# staghorn algae



## tonyg1 (5 Dec 2011)

after keeping fish for quite a few years i never encountered staghorn algae until i started using ferts and c02.Is there any specific reason that the combination of the two should cause a problem that never existed before any enrichment was introduced?.i do frequent water changes around 12.5 percent most days coupled with the weekly 50% replacing ferts in accordance with ei,my drop checker is green to yellow lights on at 2pm and off at 10pm and c02 an hour earlier either way.


----------



## spyder (5 Dec 2011)

Do you have a good filter maintenance routine?


----------



## tonyg1 (5 Dec 2011)

My filtration is fine,eheim 2075 and a eheiem circulation pump for a dupla c02 reactor,flow is good probably a little too good.c02 and flow are the main culprets for algae and there are no problems eithger way.just a bit nonplussed as to why I have it.I am using algexit to try and help bu it do'nt seem to be working.


----------



## Ady34 (5 Dec 2011)

Hi Tonyg1,
i had a problem with staghorn algae, my dc was lime green, filter maintenence weekly and water changes weekly.
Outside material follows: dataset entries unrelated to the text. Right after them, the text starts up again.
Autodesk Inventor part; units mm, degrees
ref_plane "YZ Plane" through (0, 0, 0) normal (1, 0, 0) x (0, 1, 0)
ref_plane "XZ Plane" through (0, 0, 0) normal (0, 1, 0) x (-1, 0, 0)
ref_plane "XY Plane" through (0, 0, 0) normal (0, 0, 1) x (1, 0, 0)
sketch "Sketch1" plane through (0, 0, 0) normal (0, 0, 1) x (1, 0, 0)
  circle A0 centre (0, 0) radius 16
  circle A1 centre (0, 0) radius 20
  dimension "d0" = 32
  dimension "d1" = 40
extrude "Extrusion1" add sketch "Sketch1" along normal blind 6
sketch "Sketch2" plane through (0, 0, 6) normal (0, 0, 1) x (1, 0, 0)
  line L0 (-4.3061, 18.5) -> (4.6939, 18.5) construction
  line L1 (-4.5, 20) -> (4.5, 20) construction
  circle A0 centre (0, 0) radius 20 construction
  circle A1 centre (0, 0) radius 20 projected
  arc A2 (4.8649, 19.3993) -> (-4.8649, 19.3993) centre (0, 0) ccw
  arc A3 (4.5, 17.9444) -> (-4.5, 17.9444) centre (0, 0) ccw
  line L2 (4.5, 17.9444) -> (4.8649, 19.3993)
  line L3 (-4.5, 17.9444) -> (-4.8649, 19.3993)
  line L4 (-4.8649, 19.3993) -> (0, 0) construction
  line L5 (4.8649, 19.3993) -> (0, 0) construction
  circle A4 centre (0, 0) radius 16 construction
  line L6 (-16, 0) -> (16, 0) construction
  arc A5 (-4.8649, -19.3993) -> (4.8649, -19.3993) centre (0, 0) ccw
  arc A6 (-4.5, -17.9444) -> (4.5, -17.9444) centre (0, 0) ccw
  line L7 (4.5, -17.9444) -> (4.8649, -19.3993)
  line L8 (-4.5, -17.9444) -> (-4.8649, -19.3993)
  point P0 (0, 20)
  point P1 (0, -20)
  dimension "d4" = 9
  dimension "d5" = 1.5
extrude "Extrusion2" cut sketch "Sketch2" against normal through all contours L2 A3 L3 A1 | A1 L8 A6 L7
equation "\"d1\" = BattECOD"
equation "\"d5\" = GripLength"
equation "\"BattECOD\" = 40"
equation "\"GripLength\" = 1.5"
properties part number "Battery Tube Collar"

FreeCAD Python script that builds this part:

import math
import FreeCAD as App
import Part
import Sketcher
Q = App.Units.Quantity

doc = App.newDocument("Part")
body = doc.addObject("PartDesign::Body", "Body")

# Sketch on XY plane
sketch1 = body.newObject("Sketcher::SketchObject", "Sketch")
sketch1.AttachmentSupport = (doc.getObject("XY_Plane"), [""])
sketch1.MapMode = "FlatFace"
sketch1.addGeometry([
    Part.Circle(App.Vector(0, 0, 0), App.Vector(0, 0, 1), 20),
    Part.Circle(App.Vector(0, 0, 0), App.Vector(0, 0, 1), 16),
], False)
sketch1.addConstraint([
    Sketcher.Constraint("Coincident", 0, 3, -1, 1),
    Sketcher.Constraint("Coincident", 1, 3, -1, 1),
    Sketcher.Constraint("Diameter", 0, 40.0),
    Sketcher.Constraint("Diameter", 1, 32.0),
])
pad1 = body.newObject("PartDesign::Pad", "Pad")
pad1.Profile = sketch1
pad1.Length = 6

# Sketch on XY plane
sketch2 = body.newObject("Sketcher::SketchObject", "Sketch001")
sketch2.AttachmentSupport = (doc.getObject("XY_Plane"), [""])
sketch2.MapMode = "FlatFace"
sketch2.AttachmentOffset = App.Placement(App.Vector(0, 0, 6), App.Rotation())
sketch2.addGeometry([
    Part.LineSegment(App.Vector(4.5, 17.9, 0), App.Vector(4.9, 19.4, 0)),  # 0
    Part.ArcOfCircle(Part.Circle(App.Vector(0, 0, 0), App.Vector(0, 0, 1), 20), math.radians(76), math.radians(104)),  # 1
    Part.LineSegment(App.Vector(-4.9, 19.4, 0), App.Vector(-4.5, 17.9, 0)),  # 2
    Part.ArcOfCircle(Part.Circle(App.Vector(0, 0, 0), App.Vector(0, 0, 1), 18.5), math.radians(76), math.radians(104)),  # 3
    Part.ArcOfCircle(Part.Circle(App.Vector(0, 0, 0), App.Vector(0, 0, 1), 20), math.radians(-104), math.radians(-76)),  # 4
    Part.LineSegment(App.Vector(4.9, -19.4, 0), App.Vector(4.5, -17.9, 0)),  # 5
    Part.ArcOfCircle(Part.Circle(App.Vector(0, 0, 0), App.Vector(0, 0, 1), 18.5), math.radians(-104), math.radians(-76)),  # 6
    Part.LineSegment(App.Vector(-4.5, -17.9, 0), App.Vector(-4.9, -19.4, 0)),  # 7
], False)
sketch2.addConstraint([
    Sketcher.Constraint("Coincident", 0, 2, 1, 1),
    Sketcher.Constraint("Coincident", 1, 2, 2, 1),
    Sketcher.Constraint("Coincident", 2, 2, 3, 2),
    Sketcher.Constraint("Coincident", 3, 1, 0, 1),
    Sketcher.Constraint("Coincident", 4, 2, 5, 1),
    Sketcher.Constraint("Coincident", 5, 2, 6, 2),
    Sketcher.Constraint("Coincident", 6, 1, 7, 1),
    Sketcher.Constraint("Coincident", 7, 2, 4, 1),
    Sketcher.Constraint("Coincident", 1, 3, -1, 1),
    Sketcher.Constraint("Coincident", 3, 3, -1, 1),
    Sketcher.Constraint("Coincident", 4, 3, -1, 1),
    Sketcher.Constraint("Coincident", 6, 3, -1, 1),
    Sketcher.Constraint("Equal", 1, 4),
    Sketcher.Constraint("Equal", 3, 6),
    Sketcher.Constraint("Parallel", 2, 5),
    Sketcher.Constraint("Parallel", 0, 7),
    Sketcher.Constraint("Horizontal", 0, 2, 1, 2),
    Sketcher.Constraint("Horizontal", 2, 2, 3, 1),
    Sketcher.Constraint("Horizontal", 5, 2, 6, 1),
    Sketcher.Constraint("Vertical", 0, 2, 4, 2),
    Sketcher.Constraint("Radius", 1, 20.0),
    Sketcher.Constraint("DistanceX", 2, 2, 3, 1, 9.0),
    Sketcher.Constraint("Distance", 0, 1.5),
    Sketcher.Constraint("Angle", 0, Q("75.9202 deg")),
])
pocket1 = body.newObject("PartDesign::Pocket", "Pocket")
pocket1.Profile = sketch2
pocket1.Type = "ThroughAll"

doc.recompute()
However following some good advice i carried out a week of every other day 40% water changes and dosed daily flourish excel. Within a week the staghorn was gone, i continued for another week of 2x weekly 40% water changes and every day dosing of excel just to make sure. After about a week of 1x weekly 40% water changes and no excel  (my normal routine) the staghorn showed a minimal return but was soon gone as i increased my ferts and this i think did the trick. It is suggested that staghorn is maintenence and or c02 related but from my experience it was also due to a balance within the tank as once i had increased my ferts, the plants started growing more vigorously and the staghorn hasnt returned.
I would suggest from my experience that a week of every other day 40% water changes and using flourish excel will rid you of the staghorn algae. Then its just a case of balancing your lighting, c02 and ferts. You are happy with your filtration/circulation and C02 so maybe increase your ferts and see if this staves off the staghorn.
Hope this helps.
Ady.


----------



## chilled84 (5 Dec 2011)

tonyg1 said:
			
		

> My filtration is fine,eheim 2075 and a eheiem circulation pump for a dupla c02 reactor,flow is good probably a little too good.
> 
> 
> 
> ...



The answer lies within, End off there.


----------



## freelanderuk (6 Dec 2011)

surly if you are doing daily water changes of 12.5% you are removing the ferts , as i understood you do 1 water change when using EI ferts but i may be wrong


----------



## tonyg1 (6 Dec 2011)

thanks for the response guy's,flourish excell it is then and larger water changes.



			
				freelanderuk said:
			
		

> surly if you are doing daily water changes of 12.5% you are removing the ferts , as i understood you do 1 water change when using EI ferts but i may be wrong



this is true but i replenish the ferts that get taken out with the respective dose due on the day.


----------